The exception to this is in our pipeline's deduplication portion, discussed in a previous blog post. This is where we use semantic partitioning with a static, 1:1 mapping between producers and partitions. Here, because the cardinality and zones of the producers don't change, we could safely shift around the zones of each partition to reduce the amount of cross-zone produce traffic. We used the static-in-rack strategy in topicctl to achieve this.

We are planning to revisit this approach and add producer optimizations to more components of our pipeline. The kafka-go roadmap includes plans for a zone-affinity producer, so after that is implemented, we could use that in our code.

Switch to zstd compression

With the version 2.1.0 release, Kafka introduced support for a new compression codec, zstd.

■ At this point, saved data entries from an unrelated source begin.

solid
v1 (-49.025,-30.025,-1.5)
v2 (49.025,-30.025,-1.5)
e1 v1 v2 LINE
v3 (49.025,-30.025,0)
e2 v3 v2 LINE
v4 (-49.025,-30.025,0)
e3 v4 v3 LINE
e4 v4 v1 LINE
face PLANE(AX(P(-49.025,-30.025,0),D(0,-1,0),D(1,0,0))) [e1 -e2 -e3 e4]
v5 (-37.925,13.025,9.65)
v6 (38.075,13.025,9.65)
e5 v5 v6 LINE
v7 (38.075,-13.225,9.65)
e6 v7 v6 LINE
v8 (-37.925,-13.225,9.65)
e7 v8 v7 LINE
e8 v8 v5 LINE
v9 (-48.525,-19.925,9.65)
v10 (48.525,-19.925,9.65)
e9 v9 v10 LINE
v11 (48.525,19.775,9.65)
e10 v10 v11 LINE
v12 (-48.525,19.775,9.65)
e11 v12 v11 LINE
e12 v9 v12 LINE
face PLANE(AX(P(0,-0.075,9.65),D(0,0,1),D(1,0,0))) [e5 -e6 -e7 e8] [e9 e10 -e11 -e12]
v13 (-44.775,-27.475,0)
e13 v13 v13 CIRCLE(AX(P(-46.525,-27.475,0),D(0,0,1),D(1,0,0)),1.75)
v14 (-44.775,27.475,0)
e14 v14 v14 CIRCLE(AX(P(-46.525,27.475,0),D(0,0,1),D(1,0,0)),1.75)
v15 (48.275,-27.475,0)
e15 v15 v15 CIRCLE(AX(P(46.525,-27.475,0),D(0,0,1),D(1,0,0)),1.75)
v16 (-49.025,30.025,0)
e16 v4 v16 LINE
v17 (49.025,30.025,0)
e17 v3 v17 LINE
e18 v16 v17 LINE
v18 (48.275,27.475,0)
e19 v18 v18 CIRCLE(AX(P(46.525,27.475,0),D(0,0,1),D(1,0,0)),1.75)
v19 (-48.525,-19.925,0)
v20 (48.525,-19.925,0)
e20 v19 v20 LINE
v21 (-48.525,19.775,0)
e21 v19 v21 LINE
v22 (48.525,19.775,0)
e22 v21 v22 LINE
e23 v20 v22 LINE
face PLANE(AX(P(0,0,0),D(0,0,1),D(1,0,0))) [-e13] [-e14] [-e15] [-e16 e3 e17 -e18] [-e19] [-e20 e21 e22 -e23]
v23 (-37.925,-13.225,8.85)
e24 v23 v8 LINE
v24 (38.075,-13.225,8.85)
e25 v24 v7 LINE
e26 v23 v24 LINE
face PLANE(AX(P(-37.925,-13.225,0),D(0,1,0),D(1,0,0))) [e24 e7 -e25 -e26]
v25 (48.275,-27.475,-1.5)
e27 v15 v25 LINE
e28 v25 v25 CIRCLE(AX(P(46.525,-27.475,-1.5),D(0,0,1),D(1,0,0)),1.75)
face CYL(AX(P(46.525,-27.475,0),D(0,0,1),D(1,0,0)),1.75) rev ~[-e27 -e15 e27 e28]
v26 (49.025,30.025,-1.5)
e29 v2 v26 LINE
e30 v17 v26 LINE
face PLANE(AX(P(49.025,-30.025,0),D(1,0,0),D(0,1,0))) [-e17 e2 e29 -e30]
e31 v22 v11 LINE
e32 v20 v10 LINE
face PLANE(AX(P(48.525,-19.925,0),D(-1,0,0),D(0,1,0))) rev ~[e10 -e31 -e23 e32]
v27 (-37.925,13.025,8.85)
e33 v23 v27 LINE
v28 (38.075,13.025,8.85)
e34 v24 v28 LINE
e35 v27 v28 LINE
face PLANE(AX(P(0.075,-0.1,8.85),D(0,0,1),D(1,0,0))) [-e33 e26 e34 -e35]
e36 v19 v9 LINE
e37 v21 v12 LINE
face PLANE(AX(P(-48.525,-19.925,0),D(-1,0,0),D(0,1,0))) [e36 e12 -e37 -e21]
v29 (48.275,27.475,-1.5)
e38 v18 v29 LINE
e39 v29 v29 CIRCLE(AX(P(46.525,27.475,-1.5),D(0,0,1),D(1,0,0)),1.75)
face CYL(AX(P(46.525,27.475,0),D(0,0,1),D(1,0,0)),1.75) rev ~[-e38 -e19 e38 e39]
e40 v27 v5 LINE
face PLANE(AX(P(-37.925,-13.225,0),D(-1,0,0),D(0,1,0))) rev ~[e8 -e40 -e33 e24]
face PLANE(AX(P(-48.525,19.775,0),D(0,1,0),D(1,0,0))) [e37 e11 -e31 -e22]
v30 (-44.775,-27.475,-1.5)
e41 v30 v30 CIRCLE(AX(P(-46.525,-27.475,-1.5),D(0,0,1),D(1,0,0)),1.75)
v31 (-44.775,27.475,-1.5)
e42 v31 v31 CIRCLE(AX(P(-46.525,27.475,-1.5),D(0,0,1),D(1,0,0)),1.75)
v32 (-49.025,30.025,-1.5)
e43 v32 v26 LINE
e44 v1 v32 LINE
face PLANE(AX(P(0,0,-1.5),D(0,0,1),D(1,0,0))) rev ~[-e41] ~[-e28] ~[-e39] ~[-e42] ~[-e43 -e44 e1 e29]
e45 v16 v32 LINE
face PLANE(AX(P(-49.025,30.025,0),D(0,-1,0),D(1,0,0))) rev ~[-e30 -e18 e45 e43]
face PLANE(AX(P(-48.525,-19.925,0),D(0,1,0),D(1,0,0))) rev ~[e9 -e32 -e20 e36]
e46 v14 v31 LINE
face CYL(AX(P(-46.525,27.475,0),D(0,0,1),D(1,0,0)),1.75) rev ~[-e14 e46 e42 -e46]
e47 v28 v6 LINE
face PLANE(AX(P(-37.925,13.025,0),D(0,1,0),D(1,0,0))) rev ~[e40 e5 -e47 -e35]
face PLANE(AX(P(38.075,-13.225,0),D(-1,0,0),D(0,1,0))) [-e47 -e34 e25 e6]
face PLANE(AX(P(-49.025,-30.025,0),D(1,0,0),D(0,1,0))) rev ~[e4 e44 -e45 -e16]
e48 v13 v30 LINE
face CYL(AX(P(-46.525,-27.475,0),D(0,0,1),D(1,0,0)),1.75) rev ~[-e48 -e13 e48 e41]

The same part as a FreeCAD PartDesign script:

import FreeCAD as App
import Part
import Sketcher
Q = App.Units.Quantity

doc = App.newDocument("Part")
params = doc.addObject("Spreadsheet::Sheet", "Params")
for row, (alias, value) in enumerate([
    ("sketch1_diameter", "3.5 mm"),
    ("sketch1_width", "98.05 mm"),
    ("sketch1_height", "60.05 mm"),
    ("pad1_length", "1.5 mm"),
    ("sketch2_width", "76 mm"),
    ("sketch2_height", "39.7 mm"),
    ("sketch2_width2", "97.05 mm"),
    ("sketch2_height2", "26.25 mm"),
    ("pad2_length", "9.65 mm"),
    ("sketch3_width", "76 mm"),
    ("sketch3_height", "26.25 mm"),
    ("pad3_length", "8.85 mm"),
], start=1):
    params.set(f"A{row}", alias)
    params.set(f"B{row}", "=" + value)
    params.setAlias(f"B{row}", alias)

body = doc.addObject("PartDesign::Body", "Body")

# Sketch on XY plane
sketch1 = body.newObject("Sketcher::SketchObject", "Sketch")
sketch1.AttachmentSupport = (doc.getObject("XY_Plane"), [""])
sketch1.MapMode = "FlatFace"
sketch1.addGeometry([
    Part.LineSegment(App.Vector(-49, 30, 0), App.Vector(-49, -30, 0)),  # 0
    Part.LineSegment(App.Vector(-49, -30, 0), App.Vector(49, -30, 0)),  # 1
    Part.LineSegment(App.Vector(49, -30, 0), App.Vector(49, 30, 0)),  # 2
    Part.LineSegment(App.Vector(49, 30, 0), App.Vector(-49, 30, 0)),  # 3
    Part.Circle(App.Vector(-46.5, -27.5, 0), App.Vector(0, 0, 1), 1.8),  # 4
    Part.Circle(App.Vector(46.5, -27.5, 0), App.Vector(0, 0, 1), 1.8),  # 5
    Part.Circle(App.Vector(-46.5, 27.5, 0), App.Vector(0, 0, 1), 1.8),  # 6
    Part.Circle(App.Vector(46.5, 27.5, 0), App.Vector(0, 0, 1), 1.8),  # 7
], False)
sketch1.addConstraint([
    Sketcher.Constraint("Coincident", 0, 2, 1, 1),
    Sketcher.Constraint("Coincident", 1, 2, 2, 1),
    Sketcher.Constraint("Coincident", 2, 2, 3, 1),
    Sketcher.Constraint("Coincident", 3, 2, 0, 1),
    Sketcher.Constraint("Vertical", 0),
    Sketcher.Constraint("Horizontal", 1),
    Sketcher.Constraint("Vertical", 2),
    Sketcher.Constraint("Horizontal", 3),
    Sketcher.Constraint("Equal", 4, 5),
    Sketcher.Constraint("Equal", 5, 6),
    Sketcher.Constraint("Equal", 6, 7),
    Sketcher.Constraint("Symmetric", 5, 3, 6, 3, -1, 1),
    Sketcher.Constraint("Symmetric", 4, 3, 7, 3, -1, 1),
    Sketcher.Constraint("Symmetric", 0, 2, 2, 2, -1, 1),
    Sketcher.Constraint("Symmetric", 4, 3, 5, 3, -2),
    Sketcher.Constraint("Diameter", 4, Q("3.5 mm")),
    Sketcher.Constraint("DistanceX", 1, 1, 1, 2, Q("98.05 mm")),
    Sketcher.Constraint("DistanceY", 0, 2, 0, 1, Q("60.05 mm")),
    Sketcher.Constraint("DistanceX", 0, 2, 4, 3, Q("2.5 mm")),
    Sketcher.Constraint("DistanceY", 0, 2, 6, 3, Q("57.5 mm")),
])
sketch1.setExpression("Constraints[15]", "Params.sketch1_diameter")
sketch1.setExpression("Constraints[16]", "Params.sketch1_width")
sketch1.setExpression("Constraints[17]", "Params.sketch1_height")
pad1 = body.newObject("PartDesign::Pad", "Pad")
pad1.Profile = sketch1
pad1.setExpression("Length", "Params.pad1_length")
pad1.Reversed = True

# Sketch on XY plane
sketch2 = body.newObject("Sketcher::SketchObject", "Sketch001")
sketch2.AttachmentSupport = (doc.getObject("XY_Plane"), [""])
sketch2.MapMode = "FlatFace"
sketch2.addGeometry([
    Part.LineSegment(App.Vector(-49, 20, 0), App.Vector(-49, -20, 0)),  # 0
    Part.LineSegment(App.Vector(-49, -20, 0), App.Vector(49, -20, 0)),  # 1
    Part.LineSegment(App.Vector(49, -20, 0), App.Vector(49, 20, 0)),  # 2
    Part.LineSegment(App.Vector(49, 20, 0), App.Vector(-49, 20, 0)),  # 3
    Part.LineSegment(App.Vector(38, -13, 0), App.Vector(-38, -13, 0)),  # 4
    Part.LineSegment(App.Vector(-38, -13, 0), App.Vector(-38, 13, 0)),  # 5
    Part.LineSegment(App.Vector(-38, 13, 0), App.Vector(38, 13, 0)),  # 6
    Part.LineSegment(App.Vector(38, 13, 0), App.Vector(38, -13, 0)),  # 7
], False)
sketch2.addConstraint([
    Sketcher.Constraint("Coincident", 0, 2, 1, 1),
    Sketcher.Constraint("Coincident", 1, 2, 2, 1),
    Sketcher.Constraint("Coincident", 2, 2, 3, 1),
    Sketcher.Constraint("Coincident", 3, 2, 0, 1),
    Sketcher.Constraint("Coincident", 4, 2, 5, 1),
    Sketcher.Constraint("Coincident", 5, 2, 6, 1),
    Sketcher.Constraint("Coincident", 6, 2, 7, 1),
    Sketcher.Constraint("Coincident", 7, 2, 4, 1),
    Sketcher.Constraint("Vertical", 0),
    Sketcher.Constraint("Horizontal", 1),
    Sketcher.Constraint("Vertical", 2),
    Sketcher.Constraint("Horizontal", 3),
    Sketcher.Constraint("Horizontal", 4),
    Sketcher.Constraint("Vertical", 5),
    Sketcher.Constraint("Horizontal", 6),
    Sketcher.Constraint("Vertical", 7),
    Sketcher.Constraint("DistanceX", 4, 2, 4, 1, Q("76 mm")),
    Sketcher.Constraint("DistanceY", 0, 2, 0, 1, Q("39.7 mm")),
    Sketcher.Constraint("DistanceY", 4, 2, 3, 2, Q("33 mm")),
    Sketcher.Constraint("DistanceX", 1, 1, 1, 2, Q("97.05 mm")),
    Sketcher.Constraint("DistanceY", 5, 1, 5, 2, Q("26.25 mm")),
    Sketcher.Constraint("DistanceX", 0, 2, 4, 2, Q("10.6 mm")),
    Sketcher.Constraint("DistanceX", 0, 2, -1, 1, Q("48.525 mm")),
    Sketcher.Constraint("DistanceY", 0, 2, -1, 1, Q("19.925 mm")),
])
sketch2.setExpression("Constraints[16]", "Params.sketch2_width")
sketch2.setExpression("Constraints[17]", "Params.sketch2_height")
sketch2.setExpression("Constraints[19]", "Params.sketch2_width2")
sketch2.setExpression("Constraints[20]", "Params.sketch2_height2")
pad2 = body.newObject("PartDesign::Pad", "Pad001")
pad2.Profile = sketch2
pad2.setExpression("Length", "Params.pad2_length")

# Sketch on XY plane
sketch3 = body.newObject("Sketcher::SketchObject", "Sketch002")
sketch3.AttachmentSupport = (doc.getObject("XY_Plane"), [""])
sketch3.MapMode = "FlatFace"
sketch3.addGeometry([
    Part.LineSegment(App.Vector(-38, 13, 0), App.Vector(-38, -13, 0)),
    Part.LineSegment(App.Vector(-38, -13, 0), App.Vector(38, -13, 0)),
    Part.LineSegment(App.Vector(38, -13, 0), App.Vector(38, 13, 0)),
    Part.LineSegment(App.Vector(38, 13, 0), App.Vector(-38, 13, 0)),
], False)
sketch3.addConstraint([
    Sketcher.Constraint("Coincident", 0, 2, 1, 1),
    Sketcher.Constraint("Coincident", 1, 2, 2, 1),
    Sketcher.Constraint("Coincident", 2, 2, 3, 1),
    Sketcher.Constraint("Coincident", 3, 2, 0, 1),
    Sketcher.Constraint("Vertical", 0),
    Sketcher.Constraint("Horizontal", 1),
    Sketcher.Constraint("Vertical", 2),
    Sketcher.Constraint("Horizontal", 3),
    Sketcher.Constraint("DistanceX", 1, 1, 1, 2, Q("76 mm")),
    Sketcher.Constraint("DistanceY", 0, 2, 0, 1, Q("26.25 mm")),
    Sketcher.Constraint("DistanceX", 0, 2, -1, 1, Q("37.925 mm")),
    Sketcher.Constraint("DistanceY", 0, 2, -1, 1, Q("13.225 mm")),
])
sketch3.setExpression("Constraints[8]", "Params.sketch3_width")
sketch3.setExpression("Constraints[9]", "Params.sketch3_height")
pad3 = body.newObject("PartDesign::Pad", "Pad002")
pad3.Profile = sketch3
pad3.setExpression("Length", "Params.pad3_length")

doc.recompute()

We did some testing on a shadow version of our production traffic and found that zstd was 40% more space-efficient than snappy, our previous default, without significantly reducing pipeline performance (i.e., due to potentially higher compression and decompression overhead).

Unfortunately, most of our topics are in clusters running older Kafka versions. However, we could switch to zstd for the "ingest" topics at the head of our pipeline since these were hosted in a new cluster. We were keeping cross-zone replication for these topics, so by using zstd we were able to reduce the networking costs associated with these topics significantly.

In the future, we hope to migrate more topics to zstd as we upgrade our clusters to newer Kafka versions.

The results

With the efforts above, we gradually transitioned the topologies of some key topics from something like this:

Zoom with margin

Into layouts looking more like:

Zoom with margin

As we made progress, we began seeing our daily EC2 data transfer costs go down. By the time we finished the work on all of our large topics, we had reduced our costs by more than $100k / month, or $1.2M / year. Given the amount of work required (approximately 2 engineers for 2 months), the effort was extremely cost-effective!

In addition to saving Segment a lot of money, this project also led to new tooling (including topicctl), new runbooks for our Kafka clusters, and a general cleanup of our topics and clusters.

If you operate in a cloud environment, take another look at your bill's transfer costs and calculate what percentage is due to cross-zone Kafka networking. If it's a non-trivial amount, you may be able to save a lot of money by trying some of the strategies described above.